> Brief: Please take the lines from the one holding "#130=CIRCLE('',#129,10.000002);" through the one holding "#160=ORIENTED_EDGE('',*,*,#20,.T.);" in the data below and copy them exactly.

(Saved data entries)
<<<<

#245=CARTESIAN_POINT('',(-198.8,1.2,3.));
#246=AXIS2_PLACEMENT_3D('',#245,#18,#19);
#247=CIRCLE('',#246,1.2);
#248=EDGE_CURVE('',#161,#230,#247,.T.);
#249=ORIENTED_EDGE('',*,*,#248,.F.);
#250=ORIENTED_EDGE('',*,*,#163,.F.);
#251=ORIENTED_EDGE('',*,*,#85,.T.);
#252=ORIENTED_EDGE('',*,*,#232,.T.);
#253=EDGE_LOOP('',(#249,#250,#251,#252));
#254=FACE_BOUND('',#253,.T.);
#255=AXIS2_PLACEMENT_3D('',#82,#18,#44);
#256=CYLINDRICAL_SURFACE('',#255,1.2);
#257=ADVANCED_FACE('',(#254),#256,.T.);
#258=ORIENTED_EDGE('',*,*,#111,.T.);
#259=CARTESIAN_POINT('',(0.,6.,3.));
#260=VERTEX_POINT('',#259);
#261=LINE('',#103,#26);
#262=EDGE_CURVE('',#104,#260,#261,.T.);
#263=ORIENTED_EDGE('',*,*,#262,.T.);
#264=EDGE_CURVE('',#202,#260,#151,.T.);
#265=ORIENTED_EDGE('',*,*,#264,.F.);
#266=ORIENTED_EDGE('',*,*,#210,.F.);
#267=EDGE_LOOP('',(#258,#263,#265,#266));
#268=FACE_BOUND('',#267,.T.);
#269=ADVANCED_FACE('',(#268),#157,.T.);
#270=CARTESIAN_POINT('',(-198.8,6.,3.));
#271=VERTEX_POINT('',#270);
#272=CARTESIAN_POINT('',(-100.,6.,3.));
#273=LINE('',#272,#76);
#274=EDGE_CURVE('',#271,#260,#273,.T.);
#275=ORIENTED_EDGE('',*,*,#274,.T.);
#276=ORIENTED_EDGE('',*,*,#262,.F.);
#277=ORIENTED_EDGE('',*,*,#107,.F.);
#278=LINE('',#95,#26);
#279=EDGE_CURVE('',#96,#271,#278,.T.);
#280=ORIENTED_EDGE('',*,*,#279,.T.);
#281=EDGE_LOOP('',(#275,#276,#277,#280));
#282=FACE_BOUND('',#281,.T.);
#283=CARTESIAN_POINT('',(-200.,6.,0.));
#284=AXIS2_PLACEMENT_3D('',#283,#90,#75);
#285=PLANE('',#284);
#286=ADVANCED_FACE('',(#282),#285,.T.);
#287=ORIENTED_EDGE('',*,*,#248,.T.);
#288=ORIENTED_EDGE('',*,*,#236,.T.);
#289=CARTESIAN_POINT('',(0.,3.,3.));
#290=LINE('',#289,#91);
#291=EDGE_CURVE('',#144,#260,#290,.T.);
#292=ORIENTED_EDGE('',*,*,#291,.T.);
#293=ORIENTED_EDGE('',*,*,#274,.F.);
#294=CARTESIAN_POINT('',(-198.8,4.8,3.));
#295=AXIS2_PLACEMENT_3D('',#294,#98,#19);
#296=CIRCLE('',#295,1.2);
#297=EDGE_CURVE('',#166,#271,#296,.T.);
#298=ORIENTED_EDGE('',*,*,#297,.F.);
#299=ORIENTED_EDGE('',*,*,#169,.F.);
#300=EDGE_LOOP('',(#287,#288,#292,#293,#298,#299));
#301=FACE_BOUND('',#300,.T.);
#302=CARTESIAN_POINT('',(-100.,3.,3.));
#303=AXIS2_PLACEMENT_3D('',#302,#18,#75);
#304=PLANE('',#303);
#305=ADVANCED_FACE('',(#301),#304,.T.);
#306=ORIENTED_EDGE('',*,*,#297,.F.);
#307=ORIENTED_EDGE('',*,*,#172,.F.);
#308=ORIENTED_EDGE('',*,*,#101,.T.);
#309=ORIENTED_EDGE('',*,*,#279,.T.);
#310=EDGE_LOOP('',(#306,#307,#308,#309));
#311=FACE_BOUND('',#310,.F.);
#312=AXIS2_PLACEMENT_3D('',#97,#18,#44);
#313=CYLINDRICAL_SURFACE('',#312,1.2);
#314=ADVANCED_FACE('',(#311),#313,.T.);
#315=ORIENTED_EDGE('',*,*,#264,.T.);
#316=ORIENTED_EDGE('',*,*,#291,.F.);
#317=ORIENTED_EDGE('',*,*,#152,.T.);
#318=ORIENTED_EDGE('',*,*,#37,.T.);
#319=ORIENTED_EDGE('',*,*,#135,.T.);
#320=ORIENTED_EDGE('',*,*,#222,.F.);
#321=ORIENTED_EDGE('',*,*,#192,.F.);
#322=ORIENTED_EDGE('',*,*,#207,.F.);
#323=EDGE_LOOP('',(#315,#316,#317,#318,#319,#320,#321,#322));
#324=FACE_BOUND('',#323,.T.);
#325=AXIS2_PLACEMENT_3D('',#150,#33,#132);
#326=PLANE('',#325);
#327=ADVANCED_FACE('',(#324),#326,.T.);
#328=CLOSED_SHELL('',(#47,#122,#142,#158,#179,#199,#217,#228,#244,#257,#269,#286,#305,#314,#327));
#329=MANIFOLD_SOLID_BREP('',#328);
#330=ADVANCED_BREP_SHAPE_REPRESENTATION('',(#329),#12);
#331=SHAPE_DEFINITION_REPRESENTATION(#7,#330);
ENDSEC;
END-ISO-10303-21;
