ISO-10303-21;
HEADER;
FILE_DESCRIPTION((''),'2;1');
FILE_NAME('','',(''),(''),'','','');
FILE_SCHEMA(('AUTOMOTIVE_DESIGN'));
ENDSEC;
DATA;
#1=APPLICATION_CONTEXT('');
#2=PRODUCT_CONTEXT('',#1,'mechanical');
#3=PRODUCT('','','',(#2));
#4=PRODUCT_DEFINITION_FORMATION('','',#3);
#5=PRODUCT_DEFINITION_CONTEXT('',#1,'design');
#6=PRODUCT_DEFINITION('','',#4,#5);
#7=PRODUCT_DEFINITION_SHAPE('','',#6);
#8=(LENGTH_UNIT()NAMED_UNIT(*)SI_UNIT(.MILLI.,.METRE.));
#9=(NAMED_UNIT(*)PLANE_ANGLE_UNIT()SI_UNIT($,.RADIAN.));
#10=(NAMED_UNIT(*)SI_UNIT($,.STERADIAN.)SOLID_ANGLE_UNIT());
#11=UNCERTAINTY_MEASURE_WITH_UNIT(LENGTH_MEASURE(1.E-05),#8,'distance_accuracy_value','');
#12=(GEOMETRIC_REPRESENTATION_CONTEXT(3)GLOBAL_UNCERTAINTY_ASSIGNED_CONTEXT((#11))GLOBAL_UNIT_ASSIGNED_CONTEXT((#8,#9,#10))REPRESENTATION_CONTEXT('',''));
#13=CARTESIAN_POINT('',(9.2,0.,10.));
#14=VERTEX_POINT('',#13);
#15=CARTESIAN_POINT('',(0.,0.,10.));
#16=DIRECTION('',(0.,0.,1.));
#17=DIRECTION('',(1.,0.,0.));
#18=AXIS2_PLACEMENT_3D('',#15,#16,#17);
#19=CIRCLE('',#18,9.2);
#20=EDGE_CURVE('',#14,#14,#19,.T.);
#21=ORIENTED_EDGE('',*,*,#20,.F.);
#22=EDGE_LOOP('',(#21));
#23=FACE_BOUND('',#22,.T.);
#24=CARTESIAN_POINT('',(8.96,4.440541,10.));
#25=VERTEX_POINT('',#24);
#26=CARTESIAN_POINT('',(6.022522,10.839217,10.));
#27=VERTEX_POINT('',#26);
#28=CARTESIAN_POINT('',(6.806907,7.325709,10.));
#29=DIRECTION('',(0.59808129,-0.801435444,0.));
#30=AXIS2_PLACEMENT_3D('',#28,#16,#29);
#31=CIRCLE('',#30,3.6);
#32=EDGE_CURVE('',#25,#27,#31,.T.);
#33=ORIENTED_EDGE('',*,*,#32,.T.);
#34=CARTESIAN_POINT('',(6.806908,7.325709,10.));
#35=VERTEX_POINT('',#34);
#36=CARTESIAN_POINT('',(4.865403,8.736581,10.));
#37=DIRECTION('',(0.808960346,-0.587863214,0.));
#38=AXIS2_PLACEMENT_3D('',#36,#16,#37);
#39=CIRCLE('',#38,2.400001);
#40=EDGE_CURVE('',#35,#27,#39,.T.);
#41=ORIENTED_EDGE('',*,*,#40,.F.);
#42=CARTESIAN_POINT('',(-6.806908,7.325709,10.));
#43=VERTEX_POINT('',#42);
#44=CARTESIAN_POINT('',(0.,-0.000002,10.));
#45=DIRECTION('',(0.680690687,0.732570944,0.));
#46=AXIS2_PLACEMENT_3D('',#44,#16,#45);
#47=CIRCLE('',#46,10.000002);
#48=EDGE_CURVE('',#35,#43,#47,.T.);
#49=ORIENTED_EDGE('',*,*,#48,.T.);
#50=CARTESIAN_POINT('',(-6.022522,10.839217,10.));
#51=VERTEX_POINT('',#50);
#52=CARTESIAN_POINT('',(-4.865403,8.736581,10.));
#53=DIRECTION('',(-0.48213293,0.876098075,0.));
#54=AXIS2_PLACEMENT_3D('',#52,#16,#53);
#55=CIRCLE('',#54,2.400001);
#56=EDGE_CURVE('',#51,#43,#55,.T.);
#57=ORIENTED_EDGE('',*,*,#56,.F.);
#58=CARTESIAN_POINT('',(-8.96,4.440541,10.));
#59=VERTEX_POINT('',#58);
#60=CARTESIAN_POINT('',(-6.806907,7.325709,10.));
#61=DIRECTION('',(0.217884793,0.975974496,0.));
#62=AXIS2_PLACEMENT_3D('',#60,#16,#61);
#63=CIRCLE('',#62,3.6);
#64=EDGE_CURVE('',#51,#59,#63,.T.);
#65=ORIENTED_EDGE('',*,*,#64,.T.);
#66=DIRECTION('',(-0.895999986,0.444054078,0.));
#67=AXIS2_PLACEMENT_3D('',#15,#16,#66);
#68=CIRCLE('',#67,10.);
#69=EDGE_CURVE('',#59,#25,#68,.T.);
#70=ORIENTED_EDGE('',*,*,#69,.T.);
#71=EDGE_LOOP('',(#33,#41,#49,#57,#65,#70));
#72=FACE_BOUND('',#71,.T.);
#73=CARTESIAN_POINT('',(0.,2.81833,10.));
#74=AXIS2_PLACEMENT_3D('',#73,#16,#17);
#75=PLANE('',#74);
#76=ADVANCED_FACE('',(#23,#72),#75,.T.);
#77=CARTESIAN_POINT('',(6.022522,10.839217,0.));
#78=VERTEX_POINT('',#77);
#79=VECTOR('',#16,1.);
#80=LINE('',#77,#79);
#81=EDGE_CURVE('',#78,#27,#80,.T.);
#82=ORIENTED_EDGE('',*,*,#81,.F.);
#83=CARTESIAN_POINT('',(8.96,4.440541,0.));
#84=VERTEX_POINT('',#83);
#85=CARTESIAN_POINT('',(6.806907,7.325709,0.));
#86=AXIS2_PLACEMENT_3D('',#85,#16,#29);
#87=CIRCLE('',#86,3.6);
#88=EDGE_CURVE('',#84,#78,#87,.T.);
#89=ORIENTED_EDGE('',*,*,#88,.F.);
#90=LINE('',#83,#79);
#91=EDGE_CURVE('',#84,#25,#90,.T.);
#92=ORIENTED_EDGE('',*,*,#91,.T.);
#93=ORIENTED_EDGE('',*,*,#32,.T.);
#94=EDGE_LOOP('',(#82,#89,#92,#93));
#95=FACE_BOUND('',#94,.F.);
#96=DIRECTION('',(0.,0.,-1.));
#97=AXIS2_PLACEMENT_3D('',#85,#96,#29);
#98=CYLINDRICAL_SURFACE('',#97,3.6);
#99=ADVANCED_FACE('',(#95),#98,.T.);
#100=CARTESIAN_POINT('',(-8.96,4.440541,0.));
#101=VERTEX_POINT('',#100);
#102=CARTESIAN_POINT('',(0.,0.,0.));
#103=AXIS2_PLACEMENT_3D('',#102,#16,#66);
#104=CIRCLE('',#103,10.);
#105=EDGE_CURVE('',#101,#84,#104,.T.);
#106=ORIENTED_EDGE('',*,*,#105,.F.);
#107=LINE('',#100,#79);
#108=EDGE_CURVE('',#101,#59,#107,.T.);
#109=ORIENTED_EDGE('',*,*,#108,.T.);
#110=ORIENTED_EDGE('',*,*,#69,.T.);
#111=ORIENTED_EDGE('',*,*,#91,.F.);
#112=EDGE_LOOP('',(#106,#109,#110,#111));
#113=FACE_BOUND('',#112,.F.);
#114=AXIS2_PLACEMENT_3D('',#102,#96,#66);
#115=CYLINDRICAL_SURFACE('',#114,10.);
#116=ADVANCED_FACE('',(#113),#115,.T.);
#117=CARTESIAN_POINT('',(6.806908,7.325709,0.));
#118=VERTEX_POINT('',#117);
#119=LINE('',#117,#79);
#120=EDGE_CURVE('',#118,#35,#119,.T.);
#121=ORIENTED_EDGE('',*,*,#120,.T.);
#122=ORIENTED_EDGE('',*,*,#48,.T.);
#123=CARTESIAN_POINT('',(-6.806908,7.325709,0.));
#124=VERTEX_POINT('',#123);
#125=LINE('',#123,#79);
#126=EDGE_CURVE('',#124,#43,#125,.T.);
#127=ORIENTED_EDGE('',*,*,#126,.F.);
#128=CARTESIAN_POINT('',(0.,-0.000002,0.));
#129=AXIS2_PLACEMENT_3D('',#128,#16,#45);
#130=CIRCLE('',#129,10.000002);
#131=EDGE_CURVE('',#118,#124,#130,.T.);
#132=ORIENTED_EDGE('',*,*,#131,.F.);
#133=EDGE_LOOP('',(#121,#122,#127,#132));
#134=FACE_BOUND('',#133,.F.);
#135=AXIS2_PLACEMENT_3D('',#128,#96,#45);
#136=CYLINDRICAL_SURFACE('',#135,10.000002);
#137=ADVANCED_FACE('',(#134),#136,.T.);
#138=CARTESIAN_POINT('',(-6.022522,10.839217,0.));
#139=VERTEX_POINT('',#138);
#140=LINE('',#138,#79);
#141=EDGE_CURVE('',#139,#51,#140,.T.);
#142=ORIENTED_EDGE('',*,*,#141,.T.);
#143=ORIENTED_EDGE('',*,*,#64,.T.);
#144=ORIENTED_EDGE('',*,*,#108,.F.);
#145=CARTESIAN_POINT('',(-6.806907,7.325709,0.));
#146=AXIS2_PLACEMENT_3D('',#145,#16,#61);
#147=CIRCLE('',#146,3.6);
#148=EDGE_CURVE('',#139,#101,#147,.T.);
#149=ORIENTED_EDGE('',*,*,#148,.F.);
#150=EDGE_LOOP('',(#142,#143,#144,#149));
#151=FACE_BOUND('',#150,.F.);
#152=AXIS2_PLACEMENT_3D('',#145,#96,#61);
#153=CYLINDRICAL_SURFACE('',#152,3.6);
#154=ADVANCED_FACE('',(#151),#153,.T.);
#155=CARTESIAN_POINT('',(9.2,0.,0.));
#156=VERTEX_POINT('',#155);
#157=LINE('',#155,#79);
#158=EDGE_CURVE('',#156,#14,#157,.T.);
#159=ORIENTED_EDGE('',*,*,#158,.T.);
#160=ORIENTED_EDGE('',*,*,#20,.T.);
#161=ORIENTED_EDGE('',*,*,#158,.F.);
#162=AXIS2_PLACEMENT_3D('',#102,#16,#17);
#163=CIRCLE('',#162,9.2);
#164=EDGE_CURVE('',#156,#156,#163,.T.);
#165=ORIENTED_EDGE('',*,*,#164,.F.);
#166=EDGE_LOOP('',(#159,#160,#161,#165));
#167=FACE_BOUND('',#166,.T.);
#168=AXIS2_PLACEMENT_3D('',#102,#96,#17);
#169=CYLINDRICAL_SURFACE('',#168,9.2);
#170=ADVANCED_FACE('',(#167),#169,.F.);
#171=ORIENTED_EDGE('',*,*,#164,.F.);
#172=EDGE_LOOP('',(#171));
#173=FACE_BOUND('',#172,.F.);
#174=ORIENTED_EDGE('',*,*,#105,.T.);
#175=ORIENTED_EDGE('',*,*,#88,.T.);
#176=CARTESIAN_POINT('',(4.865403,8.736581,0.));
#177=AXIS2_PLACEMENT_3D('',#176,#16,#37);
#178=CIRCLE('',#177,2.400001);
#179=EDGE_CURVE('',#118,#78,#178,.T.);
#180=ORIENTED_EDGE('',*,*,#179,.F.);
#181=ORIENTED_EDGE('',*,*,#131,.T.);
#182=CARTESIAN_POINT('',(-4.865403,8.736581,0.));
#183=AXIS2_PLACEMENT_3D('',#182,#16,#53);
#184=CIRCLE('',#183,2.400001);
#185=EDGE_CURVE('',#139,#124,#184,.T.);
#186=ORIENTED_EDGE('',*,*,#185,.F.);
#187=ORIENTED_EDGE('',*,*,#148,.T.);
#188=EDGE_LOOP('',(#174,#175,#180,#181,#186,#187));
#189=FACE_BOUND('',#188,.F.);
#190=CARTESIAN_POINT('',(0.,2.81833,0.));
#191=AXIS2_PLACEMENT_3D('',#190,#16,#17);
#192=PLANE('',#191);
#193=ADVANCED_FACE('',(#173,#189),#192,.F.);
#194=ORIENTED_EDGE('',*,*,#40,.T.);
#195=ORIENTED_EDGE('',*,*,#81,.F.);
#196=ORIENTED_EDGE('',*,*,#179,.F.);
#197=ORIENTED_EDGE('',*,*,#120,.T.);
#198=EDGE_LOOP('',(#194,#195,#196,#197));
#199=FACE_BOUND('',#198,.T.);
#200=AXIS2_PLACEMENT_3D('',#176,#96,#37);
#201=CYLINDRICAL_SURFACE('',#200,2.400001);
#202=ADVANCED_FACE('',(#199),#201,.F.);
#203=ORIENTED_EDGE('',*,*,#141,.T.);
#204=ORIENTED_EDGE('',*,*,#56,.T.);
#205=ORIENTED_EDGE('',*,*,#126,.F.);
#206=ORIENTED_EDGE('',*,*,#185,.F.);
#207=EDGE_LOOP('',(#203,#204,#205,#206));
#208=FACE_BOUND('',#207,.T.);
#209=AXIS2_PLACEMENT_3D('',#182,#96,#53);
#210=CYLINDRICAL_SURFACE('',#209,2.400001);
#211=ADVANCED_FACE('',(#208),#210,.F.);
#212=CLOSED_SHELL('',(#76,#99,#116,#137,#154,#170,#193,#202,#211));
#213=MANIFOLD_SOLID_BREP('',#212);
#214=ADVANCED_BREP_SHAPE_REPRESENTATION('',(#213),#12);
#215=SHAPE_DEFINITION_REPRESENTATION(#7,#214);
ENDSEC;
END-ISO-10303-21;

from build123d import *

# Parameters (mm, degrees)
SKETCH_R      = 9.2
EXTRUDE_DEPTH = 10


with BuildPart() as part:
    # Sketch → Extrude (new body)
    with BuildSketch(Plane.XY):
        with BuildLine():
            ThreePointArc((-6.022522, 10.839217), (-10.07862, 8.827673), (-8.96, 4.440541))
            ThreePointArc((-8.96, 4.440541), (0, -10), (8.96, 4.440541))
            ThreePointArc((8.96, 4.440541), (10.07862, 8.827673), (6.022522, 10.839217))
            ThreePointArc((6.806908, 7.325709), (7.207742, 9.259505), (6.022522, 10.839217))
            ThreePointArc((6.806908, 7.325709), (0, 10), (-6.806908, 7.325709))
            ThreePointArc((-6.022522, 10.839217), (-7.207742, 9.259505), (-6.806908, 7.325709))
        make_face()
        Circle(SKETCH_R, mode=Mode.SUBTRACT)
    extrude(amount=EXTRUDE_DEPTH)


solid = part.part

>>>>

> Reply:
#130=CIRCLE('',#129,10.000002);
#131=EDGE_CURVE('',#118,#124,#130,.T.);
#132=ORIENTED_EDGE('',*,*,#131,.F.);
#133=EDGE_LOOP('',(#121,#122,#127,#132));
#134=FACE_BOUND('',#133,.F.);
#135=AXIS2_PLACEMENT_3D('',#128,#96,#45);
#136=CYLINDRICAL_SURFACE('',#135,10.000002);
#137=ADVANCED_FACE('',(#134),#136,.T.);
#138=CARTESIAN_POINT('',(-6.022522,10.839217,0.));
#139=VERTEX_POINT('',#138);
#140=LINE('',#138,#79);
#141=EDGE_CURVE('',#139,#51,#140,.T.);
#142=ORIENTED_EDGE('',*,*,#141,.T.);
#143=ORIENTED_EDGE('',*,*,#64,.T.);
#144=ORIENTED_EDGE('',*,*,#108,.F.);
#145=CARTESIAN_POINT('',(-6.806907,7.325709,0.));
#146=AXIS2_PLACEMENT_3D('',#145,#16,#61);
#147=CIRCLE('',#146,3.6);
#148=EDGE_CURVE('',#139,#101,#147,.T.);
#149=ORIENTED_EDGE('',*,*,#148,.F.);
#150=EDGE_LOOP('',(#142,#143,#144,#149));
#151=FACE_BOUND('',#150,.F.);
#152=AXIS2_PLACEMENT_3D('',#145,#96,#61);
#153=CYLINDRICAL_SURFACE('',#152,3.6);
#154=ADVANCED_FACE('',(#151),#153,.T.);
#155=CARTESIAN_POINT('',(9.2,0.,0.));
#156=VERTEX_POINT('',#155);
#157=LINE('',#155,#79);
#158=EDGE_CURVE('',#156,#14,#157,.T.);
#159=ORIENTED_EDGE('',*,*,#158,.T.);
#160=ORIENTED_EDGE('',*,*,#20,.T.);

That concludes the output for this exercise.